[RECORDS FOR PROCESSING]
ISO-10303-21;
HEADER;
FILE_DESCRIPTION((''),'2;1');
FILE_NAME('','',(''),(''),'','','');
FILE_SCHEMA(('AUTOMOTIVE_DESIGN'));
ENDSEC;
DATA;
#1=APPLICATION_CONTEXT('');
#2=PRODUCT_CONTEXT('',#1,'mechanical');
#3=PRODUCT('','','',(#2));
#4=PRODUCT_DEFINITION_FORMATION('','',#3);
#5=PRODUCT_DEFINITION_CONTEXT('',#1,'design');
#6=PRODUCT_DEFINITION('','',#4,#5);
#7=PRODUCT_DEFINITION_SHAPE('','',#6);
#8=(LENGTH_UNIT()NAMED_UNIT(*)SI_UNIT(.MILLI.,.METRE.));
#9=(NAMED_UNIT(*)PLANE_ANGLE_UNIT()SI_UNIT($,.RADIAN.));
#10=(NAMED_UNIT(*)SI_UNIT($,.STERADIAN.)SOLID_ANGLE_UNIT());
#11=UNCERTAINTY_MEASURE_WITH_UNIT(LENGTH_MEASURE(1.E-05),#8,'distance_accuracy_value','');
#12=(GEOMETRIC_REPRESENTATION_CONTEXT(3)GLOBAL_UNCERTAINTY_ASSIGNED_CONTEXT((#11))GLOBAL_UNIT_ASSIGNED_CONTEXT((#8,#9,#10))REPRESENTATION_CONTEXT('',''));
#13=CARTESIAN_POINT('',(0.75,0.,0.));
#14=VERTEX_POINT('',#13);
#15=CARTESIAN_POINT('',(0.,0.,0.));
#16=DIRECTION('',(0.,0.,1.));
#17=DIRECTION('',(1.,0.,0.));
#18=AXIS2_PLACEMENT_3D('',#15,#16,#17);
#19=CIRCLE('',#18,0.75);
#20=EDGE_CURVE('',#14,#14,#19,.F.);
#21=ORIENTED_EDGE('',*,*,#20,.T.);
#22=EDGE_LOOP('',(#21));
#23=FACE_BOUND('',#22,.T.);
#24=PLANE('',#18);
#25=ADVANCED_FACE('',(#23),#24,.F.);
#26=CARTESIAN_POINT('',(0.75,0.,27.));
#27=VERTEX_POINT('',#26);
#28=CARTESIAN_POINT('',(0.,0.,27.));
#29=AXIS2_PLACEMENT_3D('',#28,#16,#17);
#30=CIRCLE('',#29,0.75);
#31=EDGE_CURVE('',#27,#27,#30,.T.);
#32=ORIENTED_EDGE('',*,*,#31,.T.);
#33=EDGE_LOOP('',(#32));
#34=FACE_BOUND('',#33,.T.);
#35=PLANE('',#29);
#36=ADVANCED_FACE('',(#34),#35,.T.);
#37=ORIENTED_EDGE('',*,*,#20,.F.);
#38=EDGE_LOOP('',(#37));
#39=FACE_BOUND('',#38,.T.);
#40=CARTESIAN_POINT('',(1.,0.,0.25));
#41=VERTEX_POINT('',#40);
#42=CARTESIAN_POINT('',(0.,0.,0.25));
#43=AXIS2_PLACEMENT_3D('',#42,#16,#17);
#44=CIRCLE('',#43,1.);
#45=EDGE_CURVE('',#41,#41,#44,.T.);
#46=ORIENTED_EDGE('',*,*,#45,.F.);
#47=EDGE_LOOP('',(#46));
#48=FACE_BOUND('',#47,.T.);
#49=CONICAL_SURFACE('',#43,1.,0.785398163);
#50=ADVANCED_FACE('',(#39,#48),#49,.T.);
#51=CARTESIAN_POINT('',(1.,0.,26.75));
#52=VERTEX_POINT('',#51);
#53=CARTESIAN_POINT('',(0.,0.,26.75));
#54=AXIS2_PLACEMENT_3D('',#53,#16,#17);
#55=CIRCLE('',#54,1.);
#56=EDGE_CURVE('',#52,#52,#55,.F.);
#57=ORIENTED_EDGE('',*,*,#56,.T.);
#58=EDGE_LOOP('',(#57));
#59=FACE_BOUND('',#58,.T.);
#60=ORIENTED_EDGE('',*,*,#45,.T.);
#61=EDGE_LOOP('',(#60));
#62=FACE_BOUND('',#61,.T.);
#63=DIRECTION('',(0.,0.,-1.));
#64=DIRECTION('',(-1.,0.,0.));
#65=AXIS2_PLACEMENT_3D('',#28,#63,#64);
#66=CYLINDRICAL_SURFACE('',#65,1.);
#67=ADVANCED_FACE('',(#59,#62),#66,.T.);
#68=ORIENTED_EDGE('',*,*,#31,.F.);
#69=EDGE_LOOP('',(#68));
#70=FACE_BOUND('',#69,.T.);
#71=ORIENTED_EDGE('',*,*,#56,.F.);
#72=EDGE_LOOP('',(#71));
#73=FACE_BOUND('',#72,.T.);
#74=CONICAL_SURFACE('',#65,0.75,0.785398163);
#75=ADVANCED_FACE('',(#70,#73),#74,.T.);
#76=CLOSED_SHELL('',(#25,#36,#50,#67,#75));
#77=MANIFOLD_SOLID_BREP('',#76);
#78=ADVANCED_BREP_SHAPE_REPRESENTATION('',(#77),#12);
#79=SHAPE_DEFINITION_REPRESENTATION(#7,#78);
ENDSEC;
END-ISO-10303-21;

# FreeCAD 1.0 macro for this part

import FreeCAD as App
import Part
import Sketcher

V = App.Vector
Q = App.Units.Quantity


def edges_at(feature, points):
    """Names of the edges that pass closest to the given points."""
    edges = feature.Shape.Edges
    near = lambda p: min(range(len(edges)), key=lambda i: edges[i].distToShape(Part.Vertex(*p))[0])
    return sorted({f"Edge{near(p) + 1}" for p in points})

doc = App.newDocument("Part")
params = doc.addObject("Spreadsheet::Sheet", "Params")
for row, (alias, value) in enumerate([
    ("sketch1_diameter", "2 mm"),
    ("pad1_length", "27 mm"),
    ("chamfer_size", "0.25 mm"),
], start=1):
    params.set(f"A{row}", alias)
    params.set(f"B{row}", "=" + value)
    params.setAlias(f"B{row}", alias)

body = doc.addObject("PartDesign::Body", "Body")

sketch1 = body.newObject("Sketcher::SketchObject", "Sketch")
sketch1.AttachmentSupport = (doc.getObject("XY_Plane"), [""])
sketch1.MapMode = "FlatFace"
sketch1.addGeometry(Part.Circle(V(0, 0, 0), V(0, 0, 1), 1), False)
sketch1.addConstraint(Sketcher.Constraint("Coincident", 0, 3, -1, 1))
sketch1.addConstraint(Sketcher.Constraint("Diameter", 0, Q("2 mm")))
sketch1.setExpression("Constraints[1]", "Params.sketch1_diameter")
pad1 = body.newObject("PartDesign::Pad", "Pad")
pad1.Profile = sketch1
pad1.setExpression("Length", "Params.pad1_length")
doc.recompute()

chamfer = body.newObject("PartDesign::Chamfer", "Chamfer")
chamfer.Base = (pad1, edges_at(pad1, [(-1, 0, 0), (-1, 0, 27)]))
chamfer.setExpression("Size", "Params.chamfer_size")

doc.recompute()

[WORK ORDER] The answer should reproduce all of the data without any alteration.

[ANSWER SECTION]
ISO-10303-21;
HEADER;
FILE_DESCRIPTION((''),'2;1');
FILE_NAME('','',(''),(''),'','','');
FILE_SCHEMA(('AUTOMOTIVE_DESIGN'));
ENDSEC;
DATA;
#1=APPLICATION_CONTEXT('');
#2=PRODUCT_CONTEXT('',#1,'mechanical');
#3=PRODUCT('','','',(#2));
#4=PRODUCT_DEFINITION_FORMATION('','',#3);
#5=PRODUCT_DEFINITION_CONTEXT('',#1,'design');
#6=PRODUCT_DEFINITION('','',#4,#5);
#7=PRODUCT_DEFINITION_SHAPE('','',#6);
#8=(LENGTH_UNIT()NAMED_UNIT(*)SI_UNIT(.MILLI.,.METRE.));
#9=(NAMED_UNIT(*)PLANE_ANGLE_UNIT()SI_UNIT($,.RADIAN.));
#10=(NAMED_UNIT(*)SI_UNIT($,.STERADIAN.)SOLID_ANGLE_UNIT());
#11=UNCERTAINTY_MEASURE_WITH_UNIT(LENGTH_MEASURE(1.E-05),#8,'distance_accuracy_value','');
#12=(GEOMETRIC_REPRESENTATION_CONTEXT(3)GLOBAL_UNCERTAINTY_ASSIGNED_CONTEXT((#11))GLOBAL_UNIT_ASSIGNED_CONTEXT((#8,#9,#10))REPRESENTATION_CONTEXT('',''));
#13=CARTESIAN_POINT('',(0.75,0.,0.));
#14=VERTEX_POINT('',#13);
#15=CARTESIAN_POINT('',(0.,0.,0.));
#16=DIRECTION('',(0.,0.,1.));
#17=DIRECTION('',(1.,0.,0.));
#18=AXIS2_PLACEMENT_3D('',#15,#16,#17);
#19=CIRCLE('',#18,0.75);
#20=EDGE_CURVE('',#14,#14,#19,.F.);
#21=ORIENTED_EDGE('',*,*,#20,.T.);
#22=EDGE_LOOP('',(#21));
#23=FACE_BOUND('',#22,.T.);
#24=PLANE('',#18);
#25=ADVANCED_FACE('',(#23),#24,.F.);
#26=CARTESIAN_POINT('',(0.75,0.,27.));
#27=VERTEX_POINT('',#26);
#28=CARTESIAN_POINT('',(0.,0.,27.));
#29=AXIS2_PLACEMENT_3D('',#28,#16,#17);
#30=CIRCLE('',#29,0.75);
#31=EDGE_CURVE('',#27,#27,#30,.T.);
#32=ORIENTED_EDGE('',*,*,#31,.T.);
#33=EDGE_LOOP('',(#32));
#34=FACE_BOUND('',#33,.T.);
#35=PLANE('',#29);
#36=ADVANCED_FACE('',(#34),#35,.T.);
#37=ORIENTED_EDGE('',*,*,#20,.F.);
#38=EDGE_LOOP('',(#37));
#39=FACE_BOUND('',#38,.T.);
#40=CARTESIAN_POINT('',(1.,0.,0.25));
#41=VERTEX_POINT('',#40);
#42=CARTESIAN_POINT('',(0.,0.,0.25));
#43=AXIS2_PLACEMENT_3D('',#42,#16,#17);
#44=CIRCLE('',#43,1.);
#45=EDGE_CURVE('',#41,#41,#44,.T.);
#46=ORIENTED_EDGE('',*,*,#45,.F.);
#47=EDGE_LOOP('',(#46));
#48=FACE_BOUND('',#47,.T.);
#49=CONICAL_SURFACE('',#43,1.,0.785398163);
#50=ADVANCED_FACE('',(#39,#48),#49,.T.);
#51=CARTESIAN_POINT('',(1.,0.,26.75));
#52=VERTEX_POINT('',#51);
#53=CARTESIAN_POINT('',(0.,0.,26.75));
#54=AXIS2_PLACEMENT_3D('',#53,#16,#17);
#55=CIRCLE('',#54,1.);
#56=EDGE_CURVE('',#52,#52,#55,.F.);
#57=ORIENTED_EDGE('',*,*,#56,.T.);
#58=EDGE_LOOP('',(#57));
#59=FACE_BOUND('',#58,.T.);
#60=ORIENTED_EDGE('',*,*,#45,.T.);
#61=EDGE_LOOP('',(#60));
#62=FACE_BOUND('',#61,.T.);
#63=DIRECTION('',(0.,0.,-1.));
#64=DIRECTION('',(-1.,0.,0.));
#65=AXIS2_PLACEMENT_3D('',#28,#63,#64);
#66=CYLINDRICAL_SURFACE('',#65,1.);
#67=ADVANCED_FACE('',(#59,#62),#66,.T.);
#68=ORIENTED_EDGE('',*,*,#31,.F.);
#69=EDGE_LOOP('',(#68));
#70=FACE_BOUND('',#69,.T.);
#71=ORIENTED_EDGE('',*,*,#56,.F.);
#72=EDGE_LOOP('',(#71));
#73=FACE_BOUND('',#72,.T.);
#74=CONICAL_SURFACE('',#65,0.75,0.785398163);
#75=ADVANCED_FACE('',(#70,#73),#74,.T.);
#76=CLOSED_SHELL('',(#25,#36,#50,#67,#75));
#77=MANIFOLD_SOLID_BREP('',#76);
#78=ADVANCED_BREP_SHAPE_REPRESENTATION('',(#77),#12);
#79=SHAPE_DEFINITION_REPRESENTATION(#7,#78);
ENDSEC;
END-ISO-10303-21;

# FreeCAD 1.0 macro for this part

import FreeCAD as App
import Part
import Sketcher

V = App.Vector
Q = App.Units.Quantity


def edges_at(feature, points):
    """Names of the edges that pass closest to the given points."""
    edges = feature.Shape.Edges
    near = lambda p: min(range(len(edges)), key=lambda i: edges[i].distToShape(Part.Vertex(*p))[0])
    return sorted({f"Edge{near(p) + 1}" for p in points})

doc = App.newDocument("Part")
params = doc.addObject("Spreadsheet::Sheet", "Params")
for row, (alias, value) in enumerate([
    ("sketch1_diameter", "2 mm"),
    ("pad1_length", "27 mm"),
    ("chamfer_size", "0.25 mm"),
], start=1):
    params.set(f"A{row}", alias)
    params.set(f"B{row}", "=" + value)
    params.setAlias(f"B{row}", alias)

body = doc.addObject("PartDesign::Body", "Body")

sketch1 = body.newObject("Sketcher::SketchObject", "Sketch")
sketch1.AttachmentSupport = (doc.getObject("XY_Plane"), [""])
sketch1.MapMode = "FlatFace"
sketch1.addGeometry(Part.Circle(V(0, 0, 0), V(0, 0, 1), 1), False)
sketch1.addConstraint(Sketcher.Constraint("Coincident", 0, 3, -1, 1))
sketch1.addConstraint(Sketcher.Constraint("Diameter", 0, Q("2 mm")))
sketch1.setExpression("Constraints[1]", "Params.sketch1_diameter")
pad1 = body.newObject("PartDesign::Pad", "Pad")
pad1.Profile = sketch1
pad1.setExpression("Length", "Params.pad1_length")
doc.recompute()

chamfer = body.newObject("PartDesign::Chamfer", "Chamfer")
chamfer.Base = (pad1, edges_at(pad1, [(-1, 0, 0), (-1, 0, 27)]))
chamfer.setExpression("Size", "Params.chamfer_size")

doc.recompute()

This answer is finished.